Roman numerals using parser combinators

Tuesday, June 25, 2013

I recently submitted code for a job interview. Evaluation was on object orientation, test driven design, elegance, and production-like aspects. Solution to the core problem statement was in my opinion not the main evaluation criteria. However, I spent more time designing a nice solution. I submitted the code in Python, but my solution was influenced more by Haskell.

Problem statement was to convert between roman numerals, arabic numerals and another custom counting scheme.

The word algorithm has its origin in the technique for finding the value of a arabic numeral (more appropriately hindu arabic numerals). It is simple and elegant. "Start with zero. Consume individual numerals from right to left. Keep adding increasing powers of 10 times the individual number to the current count." Effectively:
"4221" = 1 + 2*10^1 + 2*10^2 + 4*10^3 = 1 + 20 + 200 + 4000 = 4221
In my opinion, it is NOT surprising that one of the earliest acknowledged algorithm is actually a fold in disguise (or reduce in python).

The algorithm for computing the value of a roman numeral on the other hand is more involved. Best explained in wikipedia.

There are many ways to convert roman to arabic numerals. My implementation was a parser combinator, designed ground up in python. Not industrial grade, never the less elegant. Here is a sketch.

At the lowest level are basic parser combinators. A parser by the way is a function which takes a string and returns a pair (value, unconsumed_string). Basic combinators which return such parsers are:
char c f - consume a character if equal to c, returning f(c) and rest of the string. otherwise return fail and the whole string unconsumed
empty f - always return f() and the whole string unconsumed 
and combiner p1 p2 - do p1, on success do p2 on rest of string, combine outputs with combiner. failure at any step returns fail and the whole string unconsumed
optional_upto combiner count p - apply p, count number of times. combine outputs with combiner
or - similar to "and" using a short circuited implementation
zero p f - is an or of p and empty(f())
ands p1 p2 p3 p4 ... -  similar to "and"
ors - equivalent to "ands" for "or"
Next level above are symbol combinators. Pretty simple to setup using the char combinator.
I = char( 'I' , id(1))
V = char( 'V', id(5))
Combinators for units follow.
IX = and(minus, I, X)
IV = and(minus, I, V)
Is = and(plus, I, optional_upto(plus, 2, I)    # an I followed by 2 optional I's
VIs = and(plus, V, optional_upto(plus, 3, I)  # a V followed by 3 options I's
units is an "ors" of the above in order

Implementing this using parser combinators created a mini DSL. Once setup, id, minus, and plus functions can either calculate the value, or produce the abstract syntax tree.
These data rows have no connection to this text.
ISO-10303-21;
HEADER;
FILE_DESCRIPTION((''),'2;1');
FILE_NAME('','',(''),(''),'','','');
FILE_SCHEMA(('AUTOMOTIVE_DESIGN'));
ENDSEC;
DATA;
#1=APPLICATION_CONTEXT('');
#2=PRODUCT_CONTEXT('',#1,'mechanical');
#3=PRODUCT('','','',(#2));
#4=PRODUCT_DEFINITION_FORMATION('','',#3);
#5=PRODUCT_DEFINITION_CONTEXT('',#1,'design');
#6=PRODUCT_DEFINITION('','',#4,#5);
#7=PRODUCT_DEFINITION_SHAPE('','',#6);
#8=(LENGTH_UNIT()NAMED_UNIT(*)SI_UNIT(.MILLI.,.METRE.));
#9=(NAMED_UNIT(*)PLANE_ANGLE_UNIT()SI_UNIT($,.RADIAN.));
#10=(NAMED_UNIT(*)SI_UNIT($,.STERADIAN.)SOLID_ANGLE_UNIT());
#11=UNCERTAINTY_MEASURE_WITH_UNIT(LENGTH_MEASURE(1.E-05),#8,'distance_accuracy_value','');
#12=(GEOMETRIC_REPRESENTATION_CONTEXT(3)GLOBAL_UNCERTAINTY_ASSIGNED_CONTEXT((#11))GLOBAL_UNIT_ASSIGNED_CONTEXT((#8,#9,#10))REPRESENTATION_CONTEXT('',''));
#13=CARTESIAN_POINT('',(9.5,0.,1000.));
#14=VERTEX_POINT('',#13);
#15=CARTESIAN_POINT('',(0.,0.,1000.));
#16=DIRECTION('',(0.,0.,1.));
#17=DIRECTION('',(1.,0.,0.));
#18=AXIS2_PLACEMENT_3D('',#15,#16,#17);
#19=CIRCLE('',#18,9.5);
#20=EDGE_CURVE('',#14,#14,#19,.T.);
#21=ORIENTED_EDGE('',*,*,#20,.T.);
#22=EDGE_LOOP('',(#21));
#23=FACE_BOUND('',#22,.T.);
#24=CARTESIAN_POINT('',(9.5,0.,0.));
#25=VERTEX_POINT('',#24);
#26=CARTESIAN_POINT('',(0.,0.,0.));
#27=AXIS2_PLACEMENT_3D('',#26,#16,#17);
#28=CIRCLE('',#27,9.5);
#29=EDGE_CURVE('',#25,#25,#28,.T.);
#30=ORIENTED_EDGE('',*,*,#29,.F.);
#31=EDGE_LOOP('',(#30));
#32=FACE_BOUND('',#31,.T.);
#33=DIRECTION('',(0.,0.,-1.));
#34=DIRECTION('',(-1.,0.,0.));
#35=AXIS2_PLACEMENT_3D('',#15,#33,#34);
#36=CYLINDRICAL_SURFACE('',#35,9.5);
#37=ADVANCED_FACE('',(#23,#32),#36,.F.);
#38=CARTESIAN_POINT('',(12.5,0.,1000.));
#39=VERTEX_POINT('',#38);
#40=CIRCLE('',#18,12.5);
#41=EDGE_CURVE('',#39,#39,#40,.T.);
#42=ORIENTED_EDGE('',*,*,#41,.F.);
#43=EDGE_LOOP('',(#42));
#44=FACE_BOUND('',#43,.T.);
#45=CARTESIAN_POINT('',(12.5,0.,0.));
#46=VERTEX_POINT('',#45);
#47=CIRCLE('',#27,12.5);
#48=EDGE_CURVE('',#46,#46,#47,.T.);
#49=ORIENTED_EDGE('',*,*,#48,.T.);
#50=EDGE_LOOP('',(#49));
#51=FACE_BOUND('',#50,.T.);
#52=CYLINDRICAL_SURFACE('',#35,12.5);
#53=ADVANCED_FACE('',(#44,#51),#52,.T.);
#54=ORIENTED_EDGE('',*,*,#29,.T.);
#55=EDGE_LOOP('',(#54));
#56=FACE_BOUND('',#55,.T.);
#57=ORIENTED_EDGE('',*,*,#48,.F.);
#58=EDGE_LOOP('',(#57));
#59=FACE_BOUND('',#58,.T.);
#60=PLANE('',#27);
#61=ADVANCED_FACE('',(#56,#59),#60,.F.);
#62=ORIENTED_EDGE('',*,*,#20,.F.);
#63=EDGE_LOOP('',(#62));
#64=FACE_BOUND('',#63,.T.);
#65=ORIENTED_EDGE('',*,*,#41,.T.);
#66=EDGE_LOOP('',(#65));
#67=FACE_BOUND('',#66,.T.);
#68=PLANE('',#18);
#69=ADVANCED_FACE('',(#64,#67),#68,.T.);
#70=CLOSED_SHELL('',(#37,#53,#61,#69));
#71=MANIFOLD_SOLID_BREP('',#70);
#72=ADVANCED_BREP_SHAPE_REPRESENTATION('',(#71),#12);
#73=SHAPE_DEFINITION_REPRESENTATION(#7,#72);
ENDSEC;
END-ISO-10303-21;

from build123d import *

# Parameters (mm, degrees)
ESQUISSE1_R        = 12.5
ESQUISSE1_R_2      = 9.5
BOSS_EXTRU_2_DEPTH = 1000


with BuildPart() as part:
    # Esquisse1 → Boss.-Extru.2 (new body)
    with BuildSketch(Plane.XY):
        Circle(ESQUISSE1_R)
        Circle(ESQUISSE1_R_2, mode=Mode.SUBTRACT)
    extrude(amount=BOSS_EXTRU_2_DEPTH)


solid = part.part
With a bit more effort in meta-programming,  and, or can be implemented as overloaded operators using &, |, to make the code look even more DSLish.

Combinators for tens, hundreds, and thousands follow a similar pattern. Finally all these are threaded to produce the final result.
roman = ands( plus, zero(thousands), zero(hundreds), zero(tens), zero(units))
This is again a fold, albeit with more complications. NOT a surprise.
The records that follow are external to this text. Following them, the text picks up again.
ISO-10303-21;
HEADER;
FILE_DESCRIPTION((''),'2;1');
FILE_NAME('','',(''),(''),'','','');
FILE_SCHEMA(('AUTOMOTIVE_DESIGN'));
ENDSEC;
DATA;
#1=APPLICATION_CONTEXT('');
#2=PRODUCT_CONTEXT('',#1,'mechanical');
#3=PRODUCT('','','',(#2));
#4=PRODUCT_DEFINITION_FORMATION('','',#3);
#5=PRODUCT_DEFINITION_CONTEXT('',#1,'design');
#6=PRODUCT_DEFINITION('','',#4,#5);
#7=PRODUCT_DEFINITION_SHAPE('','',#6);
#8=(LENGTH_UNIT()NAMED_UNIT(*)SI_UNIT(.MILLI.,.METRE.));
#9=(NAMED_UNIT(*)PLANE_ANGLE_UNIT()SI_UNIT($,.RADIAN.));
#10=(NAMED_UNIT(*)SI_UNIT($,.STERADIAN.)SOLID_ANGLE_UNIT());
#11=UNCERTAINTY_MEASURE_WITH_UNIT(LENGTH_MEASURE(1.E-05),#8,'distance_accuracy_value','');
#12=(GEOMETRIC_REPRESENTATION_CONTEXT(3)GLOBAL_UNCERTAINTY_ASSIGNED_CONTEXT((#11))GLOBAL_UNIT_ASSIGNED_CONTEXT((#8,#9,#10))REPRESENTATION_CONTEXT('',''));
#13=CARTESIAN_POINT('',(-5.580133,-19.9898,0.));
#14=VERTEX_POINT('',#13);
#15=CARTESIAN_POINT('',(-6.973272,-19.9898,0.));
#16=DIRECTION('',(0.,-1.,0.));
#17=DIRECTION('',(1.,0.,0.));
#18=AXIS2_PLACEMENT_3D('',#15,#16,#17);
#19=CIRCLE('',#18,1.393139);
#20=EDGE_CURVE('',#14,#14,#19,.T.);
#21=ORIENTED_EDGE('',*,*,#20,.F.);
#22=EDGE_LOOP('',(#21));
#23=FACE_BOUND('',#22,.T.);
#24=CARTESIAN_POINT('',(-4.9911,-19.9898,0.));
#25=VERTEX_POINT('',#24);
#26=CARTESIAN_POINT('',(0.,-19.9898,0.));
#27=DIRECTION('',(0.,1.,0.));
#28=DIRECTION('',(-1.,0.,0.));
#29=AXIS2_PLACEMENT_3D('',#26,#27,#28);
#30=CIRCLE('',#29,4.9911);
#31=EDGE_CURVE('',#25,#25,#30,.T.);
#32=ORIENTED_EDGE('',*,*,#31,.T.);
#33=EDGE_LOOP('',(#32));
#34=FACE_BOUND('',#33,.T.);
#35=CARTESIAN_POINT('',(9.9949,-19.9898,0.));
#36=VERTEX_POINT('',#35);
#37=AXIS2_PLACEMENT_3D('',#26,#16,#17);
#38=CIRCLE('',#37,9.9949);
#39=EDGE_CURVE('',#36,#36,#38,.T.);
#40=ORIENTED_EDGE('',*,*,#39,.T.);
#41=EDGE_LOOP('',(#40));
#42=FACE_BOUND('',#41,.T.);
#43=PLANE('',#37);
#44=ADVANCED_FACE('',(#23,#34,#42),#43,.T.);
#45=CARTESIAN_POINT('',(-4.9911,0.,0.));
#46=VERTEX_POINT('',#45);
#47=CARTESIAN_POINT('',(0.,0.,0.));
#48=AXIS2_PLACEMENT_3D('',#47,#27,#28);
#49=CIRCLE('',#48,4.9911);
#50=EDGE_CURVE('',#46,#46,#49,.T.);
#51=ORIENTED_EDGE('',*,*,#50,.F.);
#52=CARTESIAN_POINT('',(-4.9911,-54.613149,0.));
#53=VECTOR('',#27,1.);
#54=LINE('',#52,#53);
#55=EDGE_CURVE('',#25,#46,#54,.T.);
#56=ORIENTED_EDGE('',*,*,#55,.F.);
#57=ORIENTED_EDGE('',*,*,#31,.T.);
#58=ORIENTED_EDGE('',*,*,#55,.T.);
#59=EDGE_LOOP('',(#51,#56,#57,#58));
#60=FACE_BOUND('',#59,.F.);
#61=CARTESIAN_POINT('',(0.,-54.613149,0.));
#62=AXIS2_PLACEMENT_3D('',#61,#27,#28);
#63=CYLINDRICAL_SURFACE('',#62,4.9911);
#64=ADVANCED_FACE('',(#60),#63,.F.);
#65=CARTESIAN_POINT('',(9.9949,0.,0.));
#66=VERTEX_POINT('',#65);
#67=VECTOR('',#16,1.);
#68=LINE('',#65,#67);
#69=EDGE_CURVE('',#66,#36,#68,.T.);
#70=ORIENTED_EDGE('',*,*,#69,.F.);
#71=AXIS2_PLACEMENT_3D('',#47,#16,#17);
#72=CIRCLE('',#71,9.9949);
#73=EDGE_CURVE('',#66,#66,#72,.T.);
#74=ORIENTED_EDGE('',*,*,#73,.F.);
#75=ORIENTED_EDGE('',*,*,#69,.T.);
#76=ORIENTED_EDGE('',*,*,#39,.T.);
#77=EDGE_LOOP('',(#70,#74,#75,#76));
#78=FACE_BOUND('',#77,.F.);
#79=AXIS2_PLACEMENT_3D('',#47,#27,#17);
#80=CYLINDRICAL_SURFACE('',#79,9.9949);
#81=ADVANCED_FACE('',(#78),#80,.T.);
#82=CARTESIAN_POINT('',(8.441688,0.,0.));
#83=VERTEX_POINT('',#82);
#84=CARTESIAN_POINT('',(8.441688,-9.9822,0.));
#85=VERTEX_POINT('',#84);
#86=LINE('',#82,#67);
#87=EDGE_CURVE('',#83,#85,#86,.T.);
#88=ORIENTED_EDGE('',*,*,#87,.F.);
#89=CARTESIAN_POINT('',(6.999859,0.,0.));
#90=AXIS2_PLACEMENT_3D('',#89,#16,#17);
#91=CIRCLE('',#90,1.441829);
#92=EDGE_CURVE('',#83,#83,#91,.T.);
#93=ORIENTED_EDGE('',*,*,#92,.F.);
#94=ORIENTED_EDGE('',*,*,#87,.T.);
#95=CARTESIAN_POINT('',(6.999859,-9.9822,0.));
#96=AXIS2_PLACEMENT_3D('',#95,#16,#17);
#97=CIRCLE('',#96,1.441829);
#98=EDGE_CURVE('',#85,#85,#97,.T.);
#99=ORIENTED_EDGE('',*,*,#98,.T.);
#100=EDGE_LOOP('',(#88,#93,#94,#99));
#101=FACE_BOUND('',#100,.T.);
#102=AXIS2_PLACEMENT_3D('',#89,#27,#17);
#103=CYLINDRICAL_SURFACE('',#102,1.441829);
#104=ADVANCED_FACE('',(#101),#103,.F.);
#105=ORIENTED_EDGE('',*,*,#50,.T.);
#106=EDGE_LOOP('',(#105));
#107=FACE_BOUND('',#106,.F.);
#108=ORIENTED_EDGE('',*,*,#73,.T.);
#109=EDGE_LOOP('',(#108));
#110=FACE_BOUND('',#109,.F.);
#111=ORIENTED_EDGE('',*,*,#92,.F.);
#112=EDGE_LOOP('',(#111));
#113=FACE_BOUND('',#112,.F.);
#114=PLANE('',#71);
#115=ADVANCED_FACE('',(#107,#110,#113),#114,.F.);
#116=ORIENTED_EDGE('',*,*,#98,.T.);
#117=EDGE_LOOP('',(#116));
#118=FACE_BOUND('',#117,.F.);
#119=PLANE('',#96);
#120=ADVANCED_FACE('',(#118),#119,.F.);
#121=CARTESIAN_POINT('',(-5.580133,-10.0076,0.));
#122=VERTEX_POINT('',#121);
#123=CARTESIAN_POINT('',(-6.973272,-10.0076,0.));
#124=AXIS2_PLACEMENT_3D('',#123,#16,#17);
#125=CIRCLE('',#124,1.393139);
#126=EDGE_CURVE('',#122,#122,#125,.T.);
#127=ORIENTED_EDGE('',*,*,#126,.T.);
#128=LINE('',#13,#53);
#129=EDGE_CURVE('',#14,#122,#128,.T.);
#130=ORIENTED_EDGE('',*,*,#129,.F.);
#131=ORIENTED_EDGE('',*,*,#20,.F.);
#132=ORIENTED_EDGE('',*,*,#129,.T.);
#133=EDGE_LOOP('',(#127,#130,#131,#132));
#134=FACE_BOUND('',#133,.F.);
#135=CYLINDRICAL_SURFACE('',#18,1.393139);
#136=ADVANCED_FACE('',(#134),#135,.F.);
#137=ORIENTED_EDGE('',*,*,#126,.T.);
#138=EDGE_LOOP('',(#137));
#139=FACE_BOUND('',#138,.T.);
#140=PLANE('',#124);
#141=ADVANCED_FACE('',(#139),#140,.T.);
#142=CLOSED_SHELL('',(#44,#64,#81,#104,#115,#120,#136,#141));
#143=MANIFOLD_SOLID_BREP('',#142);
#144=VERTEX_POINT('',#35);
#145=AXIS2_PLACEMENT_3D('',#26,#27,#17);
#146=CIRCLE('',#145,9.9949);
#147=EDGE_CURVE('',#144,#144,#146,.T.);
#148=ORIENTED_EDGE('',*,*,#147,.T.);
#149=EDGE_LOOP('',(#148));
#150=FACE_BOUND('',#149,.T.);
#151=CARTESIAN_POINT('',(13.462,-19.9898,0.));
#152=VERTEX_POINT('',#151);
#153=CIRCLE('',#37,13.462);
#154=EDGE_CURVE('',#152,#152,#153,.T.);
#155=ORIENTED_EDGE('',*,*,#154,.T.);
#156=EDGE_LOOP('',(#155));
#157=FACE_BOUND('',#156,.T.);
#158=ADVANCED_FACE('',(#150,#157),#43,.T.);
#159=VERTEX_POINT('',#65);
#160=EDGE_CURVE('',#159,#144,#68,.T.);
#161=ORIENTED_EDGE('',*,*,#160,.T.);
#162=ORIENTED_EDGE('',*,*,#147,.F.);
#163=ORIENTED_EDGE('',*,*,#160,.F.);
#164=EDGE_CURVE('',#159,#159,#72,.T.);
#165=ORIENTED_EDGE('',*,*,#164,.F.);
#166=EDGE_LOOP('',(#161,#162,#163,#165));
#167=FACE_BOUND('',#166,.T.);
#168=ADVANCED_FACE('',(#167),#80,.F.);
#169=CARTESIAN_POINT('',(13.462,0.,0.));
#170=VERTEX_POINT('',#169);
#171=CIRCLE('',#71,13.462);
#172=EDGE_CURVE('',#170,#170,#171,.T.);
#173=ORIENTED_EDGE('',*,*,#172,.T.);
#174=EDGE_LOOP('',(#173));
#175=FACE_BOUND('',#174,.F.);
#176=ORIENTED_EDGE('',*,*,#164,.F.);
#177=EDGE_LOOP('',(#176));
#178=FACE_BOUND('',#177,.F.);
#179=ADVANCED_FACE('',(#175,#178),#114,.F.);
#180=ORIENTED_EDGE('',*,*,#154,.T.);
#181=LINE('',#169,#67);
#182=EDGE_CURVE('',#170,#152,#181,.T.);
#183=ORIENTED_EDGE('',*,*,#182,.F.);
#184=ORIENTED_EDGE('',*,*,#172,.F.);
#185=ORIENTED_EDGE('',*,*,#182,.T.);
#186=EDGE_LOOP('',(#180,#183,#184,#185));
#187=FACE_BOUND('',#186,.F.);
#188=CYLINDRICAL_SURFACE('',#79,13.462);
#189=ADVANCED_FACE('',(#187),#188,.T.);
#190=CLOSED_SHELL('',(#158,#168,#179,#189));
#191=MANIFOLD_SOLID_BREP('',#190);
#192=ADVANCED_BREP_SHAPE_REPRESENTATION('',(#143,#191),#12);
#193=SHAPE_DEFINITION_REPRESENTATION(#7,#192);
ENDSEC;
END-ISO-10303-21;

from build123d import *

# Parameters (mm, degrees)
F0_R      = 13.462
F1_DEPTH  = 19.9898
F2_R      = 9.9949
F3_DEPTH  = 25.4
F4_R      = 9.9949
F5_DEPTH  = 19.9898
F7_D      = 9.9822
F10_R     = 1.393139
F11_DEPTH = 9.9822
F12_R     = 1.441829
F13_DEPTH = 9.9822


with BuildPart() as f1:
    # F0 (on Front) → F1 (new body)
    with BuildSketch(Plane.XZ):
        Circle(F0_R)
    extrude(amount=F1_DEPTH)

    # F2 (on Front) → F3 (cut)
    with BuildSketch(Plane.XZ):
        Circle(F2_R)
    extrude(amount=F3_DEPTH, mode=Mode.SUBTRACT)


with BuildPart() as f5:
    # F4 (on Front) → F5 (new body)
    with BuildSketch(Plane.XZ):
        Circle(F4_R)
    extrude(amount=F5_DEPTH)

    # F7 (through all)
    with Locations(Plane.XZ.offset(19.9898)):
        with Locations((0, 0)):
            Hole(F7_D / 2)

    # F10 (on face) → F11 (cut)
    with BuildSketch(Plane.XZ.offset(19.9898)):
        with Locations((-6.973272, 0)):
            Circle(F10_R)
    extrude(amount=-F11_DEPTH, mode=Mode.SUBTRACT)

    # F12 (on face) → F13 (cut)
    with BuildSketch(Plane.XZ):
        with Locations((6.999859, 0)):
            Circle(F12_R)
    extrude(amount=F13_DEPTH, mode=Mode.SUBTRACT)


solid = Compound([f1.part, f5.part])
Obvious inefficiencies exist in the implementation. On seeing I, the parser looks for an X. Not finding X it discards the whole parse and again looks for I followed by a V.  Another aspect is that the basic combinators are not minimal. I did not optimize as verbose dode was preferred, given the context. I also wanted the code to resemble a recursive descent parser, to help me explain the code during the interview.



**Actual code not posted, as this was for submission @ thoughtworks. Did I make it? Yes, but rejected as the offer was not one I couldn't refuse.